Le gouvernement thaïlandais aimerait réécrire la Loi sur le cannabis pour n’autoriser que les ventes à des fins médicales
Le nouveau Premier ministre thaïlandais, Srettha Thavisin, a déclaré que son gouvernement allait « rectifier » la politique du pays en matière de cannabis et en limiter l’usage à des fins médicales dans un délai de six mois.
Dans une interview accordée à Bloomberg, M. Thavisin, qui a été élu en août, a déclaré qu’il était nécessaire de « réécrire la loi » pour mettre un terme à la vente généralisée de cannabis à des fins récréatives.
« Le problème des drogues s’est généralisé ces derniers temps », a-t-il déclaré dans l’interview.
La Thaïlande est passée d’une législation sur les drogues parmi les plus strictes au monde à la dépénalisation du cannabis l’année dernière, après avoir retiré cette plante de la liste des stupéfiants.
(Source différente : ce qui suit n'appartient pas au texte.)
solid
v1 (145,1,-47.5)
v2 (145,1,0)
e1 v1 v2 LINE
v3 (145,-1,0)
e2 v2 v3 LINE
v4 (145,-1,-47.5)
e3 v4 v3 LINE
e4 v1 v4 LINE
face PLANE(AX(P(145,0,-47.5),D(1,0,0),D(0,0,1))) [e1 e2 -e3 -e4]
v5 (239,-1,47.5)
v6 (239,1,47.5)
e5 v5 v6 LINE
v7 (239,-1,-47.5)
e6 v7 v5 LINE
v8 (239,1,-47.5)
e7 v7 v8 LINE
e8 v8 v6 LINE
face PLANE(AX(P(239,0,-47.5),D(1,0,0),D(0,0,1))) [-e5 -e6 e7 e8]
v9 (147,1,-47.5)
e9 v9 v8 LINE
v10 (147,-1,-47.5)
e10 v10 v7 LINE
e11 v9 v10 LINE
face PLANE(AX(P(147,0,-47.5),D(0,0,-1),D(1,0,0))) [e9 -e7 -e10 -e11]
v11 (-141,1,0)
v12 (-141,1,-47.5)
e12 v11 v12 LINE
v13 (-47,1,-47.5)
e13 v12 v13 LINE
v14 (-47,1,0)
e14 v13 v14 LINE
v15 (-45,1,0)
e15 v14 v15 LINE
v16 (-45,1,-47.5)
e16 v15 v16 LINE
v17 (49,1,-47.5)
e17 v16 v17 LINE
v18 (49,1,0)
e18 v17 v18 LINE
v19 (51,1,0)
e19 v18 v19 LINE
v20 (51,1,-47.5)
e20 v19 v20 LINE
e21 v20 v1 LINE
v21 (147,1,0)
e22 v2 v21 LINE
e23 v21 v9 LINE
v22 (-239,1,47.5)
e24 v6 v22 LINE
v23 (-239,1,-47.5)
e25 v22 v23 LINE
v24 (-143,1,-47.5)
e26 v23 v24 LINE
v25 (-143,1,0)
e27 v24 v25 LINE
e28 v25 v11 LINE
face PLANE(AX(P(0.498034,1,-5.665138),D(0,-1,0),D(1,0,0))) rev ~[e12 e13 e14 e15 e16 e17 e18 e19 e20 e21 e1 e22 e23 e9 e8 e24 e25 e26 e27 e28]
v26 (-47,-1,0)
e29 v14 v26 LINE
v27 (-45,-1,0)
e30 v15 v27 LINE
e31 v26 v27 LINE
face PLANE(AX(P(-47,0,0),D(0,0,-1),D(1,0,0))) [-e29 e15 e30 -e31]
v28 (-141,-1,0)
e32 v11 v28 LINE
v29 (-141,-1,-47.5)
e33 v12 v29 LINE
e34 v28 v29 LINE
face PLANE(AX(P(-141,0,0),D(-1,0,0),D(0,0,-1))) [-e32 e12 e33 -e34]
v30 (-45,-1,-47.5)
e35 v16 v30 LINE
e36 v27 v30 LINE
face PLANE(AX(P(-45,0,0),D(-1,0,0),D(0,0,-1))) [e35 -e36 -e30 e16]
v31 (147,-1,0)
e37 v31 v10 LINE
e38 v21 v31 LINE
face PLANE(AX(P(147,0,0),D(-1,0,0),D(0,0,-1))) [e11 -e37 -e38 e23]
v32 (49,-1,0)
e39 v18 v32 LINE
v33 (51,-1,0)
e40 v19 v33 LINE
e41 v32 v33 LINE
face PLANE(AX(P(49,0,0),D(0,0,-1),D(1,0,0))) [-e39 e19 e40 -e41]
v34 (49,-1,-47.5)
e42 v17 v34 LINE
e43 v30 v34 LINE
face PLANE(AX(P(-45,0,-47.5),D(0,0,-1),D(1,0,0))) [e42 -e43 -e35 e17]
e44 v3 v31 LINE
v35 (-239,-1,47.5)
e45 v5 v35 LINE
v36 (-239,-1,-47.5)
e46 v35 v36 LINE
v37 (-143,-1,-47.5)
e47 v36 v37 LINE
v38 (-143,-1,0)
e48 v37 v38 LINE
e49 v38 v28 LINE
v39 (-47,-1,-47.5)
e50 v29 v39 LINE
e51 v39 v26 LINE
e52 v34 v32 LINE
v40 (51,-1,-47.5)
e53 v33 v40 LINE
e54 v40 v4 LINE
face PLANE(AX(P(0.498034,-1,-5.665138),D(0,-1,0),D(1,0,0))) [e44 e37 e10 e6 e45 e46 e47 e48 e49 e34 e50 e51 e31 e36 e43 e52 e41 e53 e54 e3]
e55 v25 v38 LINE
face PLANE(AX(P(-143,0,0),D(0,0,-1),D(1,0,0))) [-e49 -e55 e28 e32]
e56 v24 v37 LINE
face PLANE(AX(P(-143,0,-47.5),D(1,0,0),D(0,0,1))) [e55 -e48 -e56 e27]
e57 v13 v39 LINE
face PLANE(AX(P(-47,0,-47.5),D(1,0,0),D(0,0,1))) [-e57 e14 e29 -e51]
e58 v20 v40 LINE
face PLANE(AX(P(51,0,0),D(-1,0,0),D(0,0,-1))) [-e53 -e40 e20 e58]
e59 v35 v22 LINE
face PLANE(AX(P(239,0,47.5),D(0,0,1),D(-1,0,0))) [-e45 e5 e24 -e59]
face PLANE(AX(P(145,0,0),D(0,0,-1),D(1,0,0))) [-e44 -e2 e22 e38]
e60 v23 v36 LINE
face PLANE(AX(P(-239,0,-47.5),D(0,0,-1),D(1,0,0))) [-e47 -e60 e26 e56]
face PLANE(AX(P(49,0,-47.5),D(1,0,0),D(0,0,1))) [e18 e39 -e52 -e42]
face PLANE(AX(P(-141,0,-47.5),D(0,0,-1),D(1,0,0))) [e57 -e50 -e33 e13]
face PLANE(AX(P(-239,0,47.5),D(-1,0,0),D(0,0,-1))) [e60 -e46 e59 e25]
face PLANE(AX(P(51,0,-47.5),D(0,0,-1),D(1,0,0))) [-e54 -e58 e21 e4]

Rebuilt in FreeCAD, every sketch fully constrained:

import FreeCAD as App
import Part
import Sketcher

doc = App.newDocument("Part")
body = doc.addObject("PartDesign::Body", "Body")

# Sketch on XZ plane
sketch1 = body.newObject("Sketcher::SketchObject", "Sketch")
sketch1.AttachmentSupport = (doc.getObject("XZ_Plane"), [""])
sketch1.MapMode = "FlatFace"
sketch1.addGeometry(Part.LineSegment(App.Vector(-239, 47.5, 0), App.Vector(-239, -47.5, 0)), False)
sketch1.addGeometry(Part.LineSegment(App.Vector(-239, -47.5, 0), App.Vector(-143, -47.5, 0)), False)
sketch1.addGeometry(Part.LineSegment(App.Vector(-143, -47.5, 0), App.Vector(-143, 0, 0)), False)
sketch1.addGeometry(Part.LineSegment(App.Vector(-143, 0, 0), App.Vector(-141, 0, 0)), False)
sketch1.addGeometry(Part.LineSegment(App.Vector(-141, 0, 0), App.Vector(-141, -47.5, 0)), False)
sketch1.addGeometry(Part.LineSegment(App.Vector(-141, -47.5, 0), App.Vector(-47, -47.5, 0)), False)
sketch1.addGeometry(Part.LineSegment(App.Vector(-47, -47.5, 0), App.Vector(-47, 0, 0)), False)
sketch1.addGeometry(Part.LineSegment(App.Vector(-47, 0, 0), App.Vector(-45, 0, 0)), False)
sketch1.addGeometry(Part.LineSegment(App.Vector(-45, 0, 0), App.Vector(-45, -47.5, 0)), False)
sketch1.addGeometry(Part.LineSegment(App.Vector(-45, -47.5, 0), App.Vector(49, -47.5, 0)), False)
sketch1.addGeometry(Part.LineSegment(App.Vector(49, -47.5, 0), App.Vector(49, 0, 0)), False)
sketch1.addGeometry(Part.LineSegment(App.Vector(49, 0, 0), App.Vector(51, 0, 0)), False)
sketch1.addGeometry(Part.LineSegment(App.Vector(51, 0, 0), App.Vector(51, -47.5, 0)), False)
sketch1.addGeometry(Part.LineSegment(App.Vector(51, -47.5, 0), App.Vector(145, -47.5, 0)), False)
sketch1.addGeometry(Part.LineSegment(App.Vector(145, -47.5, 0), App.Vector(145, 0, 0)), False)
sketch1.addGeometry(Part.LineSegment(App.Vector(145, 0, 0), App.Vector(147, 0, 0)), False)
sketch1.addGeometry(Part.LineSegment(App.Vector(147, 0, 0), App.Vector(147, -47.5, 0)), False)
sketch1.addGeometry(Part.LineSegment(App.Vector(147, -47.5, 0), App.Vector(239, -47.5, 0)), False)
sketch1.addGeometry(Part.LineSegment(App.Vector(239, -47.5, 0), App.Vector(239, 47.5, 0)), False)
sketch1.addGeometry(Part.LineSegment(App.Vector(239, 47.5, 0), App.Vector(-239, 47.5, 0)), False)
sketch1.addConstraint(Sketcher.Constraint("Coincident", 0, 2, 1, 1))
sketch1.addConstraint(Sketcher.Constraint("Coincident", 1, 2, 2, 1))
sketch1.addConstraint(Sketcher.Constraint("Coincident", 2, 2, 3, 1))
sketch1.addConstraint(Sketcher.Constraint("Coincident", 3, 2, 4, 1))
sketch1.addConstraint(Sketcher.Constraint("Coincident", 4, 2, 5, 1))
sketch1.addConstraint(Sketcher.Constraint("Coincident", 5, 2, 6, 1))
sketch1.addConstraint(Sketcher.Constraint("Coincident", 6, 2, 7, 1))
sketch1.addConstraint(Sketcher.Constraint("Coincident", 7, 2, 8, 1))
sketch1.addConstraint(Sketcher.Constraint("Coincident", 8, 2, 9, 1))
sketch1.addConstraint(Sketcher.Constraint("Coincident", 9, 2, 10, 1))
sketch1.addConstraint(Sketcher.Constraint("Coincident", 10, 2, 11, 1))
sketch1.addConstraint(Sketcher.Constraint("Coincident", 11, 2, 12, 1))
sketch1.addConstraint(Sketcher.Constraint("Coincident", 12, 2, 13, 1))
sketch1.addConstraint(Sketcher.Constraint("Coincident", 13, 2, 14, 1))
sketch1.addConstraint(Sketcher.Constraint("Coincident", 14, 2, 15, 1))
sketch1.addConstraint(Sketcher.Constraint("Coincident", 15, 2, 16, 1))
sketch1.addConstraint(Sketcher.Constraint("Coincident", 16, 2, 17, 1))
sketch1.addConstraint(Sketcher.Constraint("Coincident", 17, 2, 18, 1))
sketch1.addConstraint(Sketcher.Constraint("Coincident", 18, 2, 19, 1))
sketch1.addConstraint(Sketcher.Constraint("Coincident", 19, 2, 0, 1))
sketch1.addConstraint(Sketcher.Constraint("Vertical", 0))
sketch1.addConstraint(Sketcher.Constraint("Horizontal", 1))
sketch1.addConstraint(Sketcher.Constraint("Vertical", 2))
sketch1.addConstraint(Sketcher.Constraint("Horizontal", 3))
sketch1.addConstraint(Sketcher.Constraint("Vertical", 4))
sketch1.addConstraint(Sketcher.Constraint("Horizontal", 5))
sketch1.addConstraint(Sketcher.Constraint("Vertical", 6))
sketch1.addConstraint(Sketcher.Constraint("Horizontal", 7))
sketch1.addConstraint(Sketcher.Constraint("Vertical", 8))
sketch1.addConstraint(Sketcher.Constraint("Horizontal", 9))
sketch1.addConstraint(Sketcher.Constraint("Vertical", 10))
sketch1.addConstraint(Sketcher.Constraint("Horizontal", 11))
sketch1.addConstraint(Sketcher.Constraint("Vertical", 12))
sketch1.addConstraint(Sketcher.Constraint("Horizontal", 13))
sketch1.addConstraint(Sketcher.Constraint("Vertical", 14))
sketch1.addConstraint(Sketcher.Constraint("Horizontal", 15))
sketch1.addConstraint(Sketcher.Constraint("Vertical", 16))
sketch1.addConstraint(Sketcher.Constraint("Horizontal", 17))
sketch1.addConstraint(Sketcher.Constraint("Vertical", 18))
sketch1.addConstraint(Sketcher.Constraint("Horizontal", 19))
sketch1.addConstraint(Sketcher.Constraint("Symmetric", 0, 2, 18, 2, -1, 1))
sketch1.addConstraint(Sketcher.Constraint("PointOnObject", 2, 2, -1))
sketch1.addConstraint(Sketcher.Constraint("PointOnObject", 6, 2, -1))
sketch1.addConstraint(Sketcher.Constraint("PointOnObject", 10, 2, -1))
sketch1.addConstraint(Sketcher.Constraint("PointOnObject", 14, 2, -1))
sketch1.addConstraint(Sketcher.Constraint("Horizontal", 1, 2, 4, 2))
sketch1.addConstraint(Sketcher.Constraint("Horizontal", 5, 2, 8, 2))
sketch1.addConstraint(Sketcher.Constraint("Horizontal", 9, 2, 12, 2))
sketch1.addConstraint(Sketcher.Constraint("Horizontal", 13, 2, 16, 2))
sketch1.addConstraint(Sketcher.Constraint("Equal", 3, 7))
sketch1.addConstraint(Sketcher.Constraint("Equal", 5, 9))
sketch1.addConstraint(Sketcher.Constraint("Equal", 7, 11))
sketch1.addConstraint(Sketcher.Constraint("Equal", 9, 13))
sketch1.addConstraint(Sketcher.Constraint("Equal", 11, 15))
sketch1.addConstraint(Sketcher.Constraint("DistanceX", 1, 1, 1, 2, 96.0))
sketch1.addConstraint(Sketcher.Constraint("DistanceX", 3, 1, 3, 2, 2.0))
sketch1.addConstraint(Sketcher.Constraint("DistanceX", 5, 1, 5, 2, 94.0))
sketch1.addConstraint(Sketcher.Constraint("DistanceX", 17, 1, 17, 2, 92.0))
sketch1.addConstraint(Sketcher.Constraint("DistanceY", 0, 2, 0, 1, 95.0))
pad1 = body.newObject("PartDesign::Pad", "Pad")
pad1.Profile = sketch1
pad1.Length = 2
pad1.Midplane = True

doc.recompute()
En peu de temps, le pays aurait vu s’ouvrir plus de 6 000 dispensaires agréés.
Le gouvernement de Srettha, qui dirige une coalition de 11 partis dans le pays, a promis d’éradiquer les drogues de la société thaïlandaise. En début de semaine, le premier ministre a participé à un événement au cours duquel il a présenté une série de stupéfiants confisqués, promettant de « réduire de manière décisive » la menace dans un délai d’un an.
« Le problème de la drogue s’est répandu ces derniers temps, en particulier dans les régions du nord-est et du nord de la Thaïlande », a déclaré M. Srettha. « Nous n’avons pas besoin qu’un autre problème vienne s’ajouter à celui-là. »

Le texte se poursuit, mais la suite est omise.